### Exercise:
Reproduce exactly, from the data that follows, the line with "f 89 308 310", the line with "Plate thickness (Z)", and every line that lies between them.
..........
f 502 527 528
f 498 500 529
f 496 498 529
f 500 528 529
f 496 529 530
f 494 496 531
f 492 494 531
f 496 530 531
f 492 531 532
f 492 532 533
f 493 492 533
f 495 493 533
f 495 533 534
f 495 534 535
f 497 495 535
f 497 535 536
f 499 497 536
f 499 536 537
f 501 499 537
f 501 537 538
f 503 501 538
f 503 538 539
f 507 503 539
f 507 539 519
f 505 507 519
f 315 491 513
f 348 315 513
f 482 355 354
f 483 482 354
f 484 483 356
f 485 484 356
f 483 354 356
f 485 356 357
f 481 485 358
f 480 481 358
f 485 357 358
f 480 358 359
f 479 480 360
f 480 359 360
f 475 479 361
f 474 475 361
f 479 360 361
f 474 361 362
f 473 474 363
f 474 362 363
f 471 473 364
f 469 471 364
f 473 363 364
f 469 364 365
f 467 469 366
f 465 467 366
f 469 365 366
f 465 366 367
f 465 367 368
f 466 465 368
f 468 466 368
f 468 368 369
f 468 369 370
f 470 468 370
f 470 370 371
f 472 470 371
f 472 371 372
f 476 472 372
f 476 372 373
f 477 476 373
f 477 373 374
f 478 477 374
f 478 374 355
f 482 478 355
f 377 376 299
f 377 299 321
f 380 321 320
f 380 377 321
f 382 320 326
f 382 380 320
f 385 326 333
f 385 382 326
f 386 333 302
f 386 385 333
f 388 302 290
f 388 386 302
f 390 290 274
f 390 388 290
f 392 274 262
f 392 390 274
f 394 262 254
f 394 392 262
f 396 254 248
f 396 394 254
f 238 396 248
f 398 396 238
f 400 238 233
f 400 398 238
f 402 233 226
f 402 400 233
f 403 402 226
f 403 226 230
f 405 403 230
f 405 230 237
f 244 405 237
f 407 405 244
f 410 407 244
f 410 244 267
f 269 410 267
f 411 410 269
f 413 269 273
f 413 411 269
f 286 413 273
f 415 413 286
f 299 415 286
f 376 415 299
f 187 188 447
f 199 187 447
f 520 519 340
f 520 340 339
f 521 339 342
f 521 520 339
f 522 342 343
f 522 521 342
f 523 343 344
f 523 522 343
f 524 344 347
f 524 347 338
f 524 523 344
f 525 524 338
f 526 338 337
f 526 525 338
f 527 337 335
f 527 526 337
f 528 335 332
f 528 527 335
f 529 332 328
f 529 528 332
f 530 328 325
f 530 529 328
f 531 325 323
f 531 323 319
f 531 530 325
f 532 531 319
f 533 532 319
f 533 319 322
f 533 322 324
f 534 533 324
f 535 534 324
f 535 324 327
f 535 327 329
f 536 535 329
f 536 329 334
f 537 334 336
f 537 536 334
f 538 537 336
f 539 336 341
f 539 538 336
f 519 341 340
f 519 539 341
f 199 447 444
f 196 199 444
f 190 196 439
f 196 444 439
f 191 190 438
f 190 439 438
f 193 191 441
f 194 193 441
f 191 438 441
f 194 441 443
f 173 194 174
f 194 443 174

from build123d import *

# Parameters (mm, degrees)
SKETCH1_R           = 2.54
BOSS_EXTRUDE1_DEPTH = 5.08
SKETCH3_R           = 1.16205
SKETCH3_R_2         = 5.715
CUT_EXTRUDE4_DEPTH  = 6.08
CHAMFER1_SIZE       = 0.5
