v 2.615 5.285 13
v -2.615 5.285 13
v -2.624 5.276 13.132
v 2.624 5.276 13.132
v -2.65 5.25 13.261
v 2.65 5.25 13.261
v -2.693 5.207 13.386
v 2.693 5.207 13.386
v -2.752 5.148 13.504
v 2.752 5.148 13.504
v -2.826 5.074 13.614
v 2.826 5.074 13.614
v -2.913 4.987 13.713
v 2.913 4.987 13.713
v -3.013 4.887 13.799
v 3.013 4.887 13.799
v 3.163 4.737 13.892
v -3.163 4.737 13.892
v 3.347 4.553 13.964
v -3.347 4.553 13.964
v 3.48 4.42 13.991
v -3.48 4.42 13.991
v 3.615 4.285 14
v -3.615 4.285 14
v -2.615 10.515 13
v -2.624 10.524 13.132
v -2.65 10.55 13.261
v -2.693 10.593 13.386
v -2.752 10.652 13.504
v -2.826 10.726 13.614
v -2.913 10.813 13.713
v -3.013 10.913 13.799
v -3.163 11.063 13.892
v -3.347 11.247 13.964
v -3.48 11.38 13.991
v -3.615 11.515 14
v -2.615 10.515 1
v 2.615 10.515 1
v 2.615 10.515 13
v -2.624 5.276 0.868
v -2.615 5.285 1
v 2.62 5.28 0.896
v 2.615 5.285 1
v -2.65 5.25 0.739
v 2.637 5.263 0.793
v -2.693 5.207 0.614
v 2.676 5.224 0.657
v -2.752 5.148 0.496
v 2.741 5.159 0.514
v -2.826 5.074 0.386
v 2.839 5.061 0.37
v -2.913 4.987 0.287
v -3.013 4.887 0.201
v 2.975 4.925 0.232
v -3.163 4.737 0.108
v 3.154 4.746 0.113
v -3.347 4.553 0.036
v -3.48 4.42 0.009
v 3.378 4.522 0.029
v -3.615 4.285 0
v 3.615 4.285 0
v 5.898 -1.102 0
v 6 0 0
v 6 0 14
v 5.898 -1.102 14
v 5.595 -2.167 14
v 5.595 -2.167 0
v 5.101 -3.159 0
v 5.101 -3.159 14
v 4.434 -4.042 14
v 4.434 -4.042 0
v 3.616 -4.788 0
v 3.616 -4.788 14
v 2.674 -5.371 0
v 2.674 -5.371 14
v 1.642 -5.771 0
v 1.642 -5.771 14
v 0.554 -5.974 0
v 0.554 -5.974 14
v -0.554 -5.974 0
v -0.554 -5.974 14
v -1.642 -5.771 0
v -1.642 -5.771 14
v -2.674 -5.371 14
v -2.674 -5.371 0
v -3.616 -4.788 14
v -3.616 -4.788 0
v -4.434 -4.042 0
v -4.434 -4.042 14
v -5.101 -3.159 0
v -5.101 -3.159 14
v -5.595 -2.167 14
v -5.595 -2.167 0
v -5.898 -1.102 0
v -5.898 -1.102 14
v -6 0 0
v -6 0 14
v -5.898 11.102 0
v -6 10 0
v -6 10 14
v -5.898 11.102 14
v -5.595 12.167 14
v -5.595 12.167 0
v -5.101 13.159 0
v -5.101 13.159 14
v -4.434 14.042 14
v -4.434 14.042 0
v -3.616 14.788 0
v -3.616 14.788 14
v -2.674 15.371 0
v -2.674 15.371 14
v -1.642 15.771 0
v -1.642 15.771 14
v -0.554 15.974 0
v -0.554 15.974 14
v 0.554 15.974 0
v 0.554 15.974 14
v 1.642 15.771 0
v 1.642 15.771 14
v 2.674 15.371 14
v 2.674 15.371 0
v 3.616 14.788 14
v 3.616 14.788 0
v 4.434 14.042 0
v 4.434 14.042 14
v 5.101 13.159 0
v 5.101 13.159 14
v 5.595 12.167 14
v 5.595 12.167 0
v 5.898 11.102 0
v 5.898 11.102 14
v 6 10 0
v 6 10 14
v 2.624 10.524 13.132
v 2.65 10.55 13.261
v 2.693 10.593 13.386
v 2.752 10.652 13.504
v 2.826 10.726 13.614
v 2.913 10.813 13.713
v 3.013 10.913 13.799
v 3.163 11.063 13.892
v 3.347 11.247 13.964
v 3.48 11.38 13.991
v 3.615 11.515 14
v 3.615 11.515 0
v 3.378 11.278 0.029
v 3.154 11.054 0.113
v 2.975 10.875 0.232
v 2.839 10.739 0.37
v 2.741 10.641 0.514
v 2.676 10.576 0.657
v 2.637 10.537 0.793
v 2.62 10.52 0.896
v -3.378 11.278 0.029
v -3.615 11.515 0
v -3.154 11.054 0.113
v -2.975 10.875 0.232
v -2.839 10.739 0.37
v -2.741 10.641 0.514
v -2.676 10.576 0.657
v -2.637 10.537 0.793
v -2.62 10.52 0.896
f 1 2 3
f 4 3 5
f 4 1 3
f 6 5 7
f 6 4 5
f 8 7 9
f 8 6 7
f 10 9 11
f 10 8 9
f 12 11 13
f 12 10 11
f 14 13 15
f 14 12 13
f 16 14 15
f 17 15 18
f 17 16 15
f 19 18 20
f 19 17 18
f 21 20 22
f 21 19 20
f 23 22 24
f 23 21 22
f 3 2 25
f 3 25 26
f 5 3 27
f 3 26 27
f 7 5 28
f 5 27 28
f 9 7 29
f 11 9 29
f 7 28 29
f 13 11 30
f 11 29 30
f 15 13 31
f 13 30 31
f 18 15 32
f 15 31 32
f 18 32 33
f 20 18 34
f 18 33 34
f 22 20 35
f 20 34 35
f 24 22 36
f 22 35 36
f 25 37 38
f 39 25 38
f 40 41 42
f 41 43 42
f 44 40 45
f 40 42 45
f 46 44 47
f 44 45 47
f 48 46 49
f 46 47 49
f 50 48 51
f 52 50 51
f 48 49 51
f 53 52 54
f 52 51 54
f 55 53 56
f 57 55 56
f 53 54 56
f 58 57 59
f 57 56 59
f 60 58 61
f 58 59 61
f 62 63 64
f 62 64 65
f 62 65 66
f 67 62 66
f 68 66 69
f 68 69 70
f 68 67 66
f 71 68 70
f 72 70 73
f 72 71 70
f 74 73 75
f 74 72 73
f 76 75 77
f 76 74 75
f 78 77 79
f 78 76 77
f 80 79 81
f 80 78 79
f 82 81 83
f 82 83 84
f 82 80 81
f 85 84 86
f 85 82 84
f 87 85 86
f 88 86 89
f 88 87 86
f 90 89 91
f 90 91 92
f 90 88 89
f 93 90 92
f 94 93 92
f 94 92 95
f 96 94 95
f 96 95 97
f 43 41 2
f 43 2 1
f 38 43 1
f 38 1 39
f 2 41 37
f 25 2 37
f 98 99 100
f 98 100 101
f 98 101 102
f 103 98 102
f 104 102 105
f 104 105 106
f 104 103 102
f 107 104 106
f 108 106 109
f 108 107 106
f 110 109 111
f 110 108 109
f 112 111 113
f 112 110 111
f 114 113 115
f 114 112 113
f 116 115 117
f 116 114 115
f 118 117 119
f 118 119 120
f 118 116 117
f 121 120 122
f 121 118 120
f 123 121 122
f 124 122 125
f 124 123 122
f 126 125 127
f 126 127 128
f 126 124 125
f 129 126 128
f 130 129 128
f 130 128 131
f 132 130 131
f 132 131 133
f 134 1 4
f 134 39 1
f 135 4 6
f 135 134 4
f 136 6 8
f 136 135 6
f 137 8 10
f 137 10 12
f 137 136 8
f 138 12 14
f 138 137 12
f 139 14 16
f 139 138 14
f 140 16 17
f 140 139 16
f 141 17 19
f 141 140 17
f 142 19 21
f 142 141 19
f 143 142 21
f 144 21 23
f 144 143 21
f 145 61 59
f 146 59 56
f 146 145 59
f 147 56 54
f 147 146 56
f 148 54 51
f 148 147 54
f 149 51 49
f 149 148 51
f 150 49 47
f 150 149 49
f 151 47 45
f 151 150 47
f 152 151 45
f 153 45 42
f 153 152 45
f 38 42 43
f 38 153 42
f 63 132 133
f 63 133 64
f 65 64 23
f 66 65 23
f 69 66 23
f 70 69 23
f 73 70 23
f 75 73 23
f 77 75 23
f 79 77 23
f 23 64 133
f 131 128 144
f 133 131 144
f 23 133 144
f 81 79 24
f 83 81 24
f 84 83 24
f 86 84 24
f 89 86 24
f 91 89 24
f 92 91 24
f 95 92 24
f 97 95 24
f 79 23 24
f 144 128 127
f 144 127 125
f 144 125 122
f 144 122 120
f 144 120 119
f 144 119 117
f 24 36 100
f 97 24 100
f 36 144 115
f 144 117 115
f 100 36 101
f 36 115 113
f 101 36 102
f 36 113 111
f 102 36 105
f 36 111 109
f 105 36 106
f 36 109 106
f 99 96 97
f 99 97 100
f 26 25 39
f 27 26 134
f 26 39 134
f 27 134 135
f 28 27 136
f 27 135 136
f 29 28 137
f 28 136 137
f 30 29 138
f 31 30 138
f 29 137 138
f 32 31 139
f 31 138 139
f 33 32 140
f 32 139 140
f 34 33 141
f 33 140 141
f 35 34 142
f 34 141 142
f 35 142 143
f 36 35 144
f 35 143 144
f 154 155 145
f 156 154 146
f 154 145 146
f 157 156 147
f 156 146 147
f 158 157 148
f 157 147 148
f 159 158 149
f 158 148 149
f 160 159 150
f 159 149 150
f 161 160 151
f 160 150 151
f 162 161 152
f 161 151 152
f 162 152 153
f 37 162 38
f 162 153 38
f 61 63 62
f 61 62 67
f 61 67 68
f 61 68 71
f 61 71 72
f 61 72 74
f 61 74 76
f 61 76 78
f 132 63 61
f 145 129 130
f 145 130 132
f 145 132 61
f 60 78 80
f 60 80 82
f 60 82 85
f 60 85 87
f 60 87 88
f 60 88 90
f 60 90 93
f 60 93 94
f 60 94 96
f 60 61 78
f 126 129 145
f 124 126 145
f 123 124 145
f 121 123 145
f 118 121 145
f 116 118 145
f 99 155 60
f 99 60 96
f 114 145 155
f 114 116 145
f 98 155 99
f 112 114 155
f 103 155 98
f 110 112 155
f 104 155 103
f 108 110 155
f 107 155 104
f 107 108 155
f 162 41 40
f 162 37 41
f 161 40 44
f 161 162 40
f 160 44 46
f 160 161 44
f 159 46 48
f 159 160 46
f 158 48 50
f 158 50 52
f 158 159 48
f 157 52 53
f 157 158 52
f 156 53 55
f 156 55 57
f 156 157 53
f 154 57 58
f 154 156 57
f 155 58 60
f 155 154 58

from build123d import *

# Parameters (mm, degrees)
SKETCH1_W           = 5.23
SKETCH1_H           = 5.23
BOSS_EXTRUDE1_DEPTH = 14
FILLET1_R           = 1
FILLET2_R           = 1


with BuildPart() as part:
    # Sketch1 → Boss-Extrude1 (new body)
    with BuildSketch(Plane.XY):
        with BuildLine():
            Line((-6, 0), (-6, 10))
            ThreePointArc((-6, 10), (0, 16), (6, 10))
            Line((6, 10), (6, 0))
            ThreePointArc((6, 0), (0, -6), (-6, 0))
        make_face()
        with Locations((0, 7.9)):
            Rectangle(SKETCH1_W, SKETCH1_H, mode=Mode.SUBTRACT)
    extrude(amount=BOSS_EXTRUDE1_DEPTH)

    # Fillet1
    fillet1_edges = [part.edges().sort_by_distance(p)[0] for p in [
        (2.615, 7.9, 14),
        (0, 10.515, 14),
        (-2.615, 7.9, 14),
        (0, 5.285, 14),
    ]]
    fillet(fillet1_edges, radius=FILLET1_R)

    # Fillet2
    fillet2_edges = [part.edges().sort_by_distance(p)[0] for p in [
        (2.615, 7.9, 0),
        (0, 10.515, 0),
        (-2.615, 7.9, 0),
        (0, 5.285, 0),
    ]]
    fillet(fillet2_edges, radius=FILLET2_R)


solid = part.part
..........
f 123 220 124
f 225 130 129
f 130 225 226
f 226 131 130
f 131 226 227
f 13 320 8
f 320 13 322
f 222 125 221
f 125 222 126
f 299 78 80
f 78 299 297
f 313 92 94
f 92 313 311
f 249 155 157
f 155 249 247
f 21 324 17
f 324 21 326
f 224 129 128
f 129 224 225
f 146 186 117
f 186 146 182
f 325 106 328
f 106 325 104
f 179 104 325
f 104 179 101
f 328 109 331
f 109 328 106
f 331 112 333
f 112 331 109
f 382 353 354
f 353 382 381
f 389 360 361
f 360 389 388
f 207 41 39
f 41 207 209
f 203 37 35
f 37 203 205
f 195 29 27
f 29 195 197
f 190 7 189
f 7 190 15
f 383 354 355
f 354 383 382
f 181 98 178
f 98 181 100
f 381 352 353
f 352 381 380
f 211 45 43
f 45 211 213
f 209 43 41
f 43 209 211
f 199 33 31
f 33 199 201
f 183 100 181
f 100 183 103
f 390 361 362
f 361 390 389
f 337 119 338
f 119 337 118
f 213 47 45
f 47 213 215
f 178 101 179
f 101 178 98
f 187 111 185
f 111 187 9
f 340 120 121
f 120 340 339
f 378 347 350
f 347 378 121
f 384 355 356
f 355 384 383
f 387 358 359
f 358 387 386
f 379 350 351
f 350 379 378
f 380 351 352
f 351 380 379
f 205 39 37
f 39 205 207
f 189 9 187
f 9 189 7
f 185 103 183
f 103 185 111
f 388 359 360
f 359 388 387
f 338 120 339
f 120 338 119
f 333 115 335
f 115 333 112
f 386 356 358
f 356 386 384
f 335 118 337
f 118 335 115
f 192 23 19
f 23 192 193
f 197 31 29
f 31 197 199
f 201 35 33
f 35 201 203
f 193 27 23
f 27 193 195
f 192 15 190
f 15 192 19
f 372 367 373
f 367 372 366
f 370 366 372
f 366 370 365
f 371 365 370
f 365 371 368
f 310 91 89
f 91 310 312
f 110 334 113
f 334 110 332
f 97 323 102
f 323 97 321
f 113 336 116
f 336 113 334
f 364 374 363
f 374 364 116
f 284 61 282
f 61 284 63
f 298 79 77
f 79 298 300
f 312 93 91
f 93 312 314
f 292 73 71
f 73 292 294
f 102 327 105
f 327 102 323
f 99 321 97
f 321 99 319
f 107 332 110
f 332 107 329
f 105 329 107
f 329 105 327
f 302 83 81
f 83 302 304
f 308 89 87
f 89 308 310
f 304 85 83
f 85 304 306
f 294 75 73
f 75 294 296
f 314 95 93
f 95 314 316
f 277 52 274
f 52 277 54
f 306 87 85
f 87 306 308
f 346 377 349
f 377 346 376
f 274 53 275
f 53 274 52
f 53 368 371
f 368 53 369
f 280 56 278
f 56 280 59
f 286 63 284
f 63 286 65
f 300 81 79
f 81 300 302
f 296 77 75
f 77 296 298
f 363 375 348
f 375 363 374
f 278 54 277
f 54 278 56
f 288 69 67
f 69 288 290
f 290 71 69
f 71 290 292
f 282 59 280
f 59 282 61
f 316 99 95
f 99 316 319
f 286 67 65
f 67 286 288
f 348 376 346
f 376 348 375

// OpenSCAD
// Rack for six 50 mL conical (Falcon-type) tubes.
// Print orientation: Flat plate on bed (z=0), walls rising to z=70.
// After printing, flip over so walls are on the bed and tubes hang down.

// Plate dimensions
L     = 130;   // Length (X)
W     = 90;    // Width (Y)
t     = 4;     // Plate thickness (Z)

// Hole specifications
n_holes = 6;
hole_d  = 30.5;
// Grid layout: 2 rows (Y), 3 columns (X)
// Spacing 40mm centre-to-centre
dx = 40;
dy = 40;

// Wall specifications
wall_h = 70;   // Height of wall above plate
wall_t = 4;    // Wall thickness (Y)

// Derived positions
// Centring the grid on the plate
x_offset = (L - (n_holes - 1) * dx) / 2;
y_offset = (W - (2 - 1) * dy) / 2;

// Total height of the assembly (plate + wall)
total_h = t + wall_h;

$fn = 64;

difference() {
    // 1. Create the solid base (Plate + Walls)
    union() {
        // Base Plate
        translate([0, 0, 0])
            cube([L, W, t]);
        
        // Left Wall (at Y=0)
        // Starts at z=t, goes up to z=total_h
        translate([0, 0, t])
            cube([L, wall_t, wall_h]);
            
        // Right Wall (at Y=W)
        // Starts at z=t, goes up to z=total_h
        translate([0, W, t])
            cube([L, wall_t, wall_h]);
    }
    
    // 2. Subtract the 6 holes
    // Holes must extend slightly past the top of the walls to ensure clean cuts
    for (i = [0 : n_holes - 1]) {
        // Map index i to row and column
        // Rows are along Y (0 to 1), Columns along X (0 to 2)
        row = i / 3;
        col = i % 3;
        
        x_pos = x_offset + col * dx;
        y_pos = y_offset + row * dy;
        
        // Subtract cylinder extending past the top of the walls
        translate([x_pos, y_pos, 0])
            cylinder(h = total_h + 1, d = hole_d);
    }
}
..........
### Reply:
f 89 308 310
f 304 85 83
f 85 304 306
f 294 75 73
f 75 294 296
f 314 95 93
f 95 314 316
f 277 52 274
f 52 277 54
f 306 87 85
f 87 306 308
f 346 377 349
f 377 346 376
f 274 53 275
f 53 274 52
f 53 368 371
f 368 53 369
f 280 56 278
f 56 280 59
f 286 63 284
f 63 286 65
f 300 81 79
f 81 300 302
f 296 77 75
f 77 296 298
f 363 375 348
f 375 363 374
f 278 54 277
f 54 278 56
f 288 69 67
f 69 288 290
f 290 71 69
f 71 290 292
f 282 59 280
f 59 282 61
f 316 99 95
f 99 316 319
f 286 67 65
f 67 286 288
f 348 376 346
f 376 348 375

// OpenSCAD
// Rack for six 50 mL conical (Falcon-type) tubes.
// Print orientation: Flat plate on bed (z=0), walls rising to z=70.
// After printing, flip over so walls are on the bed and tubes hang down.

// Plate dimensions
L     = 130;   // Length (X)
W     = 90;    // Width (Y)
t     = 4;     // Plate thickness (Z)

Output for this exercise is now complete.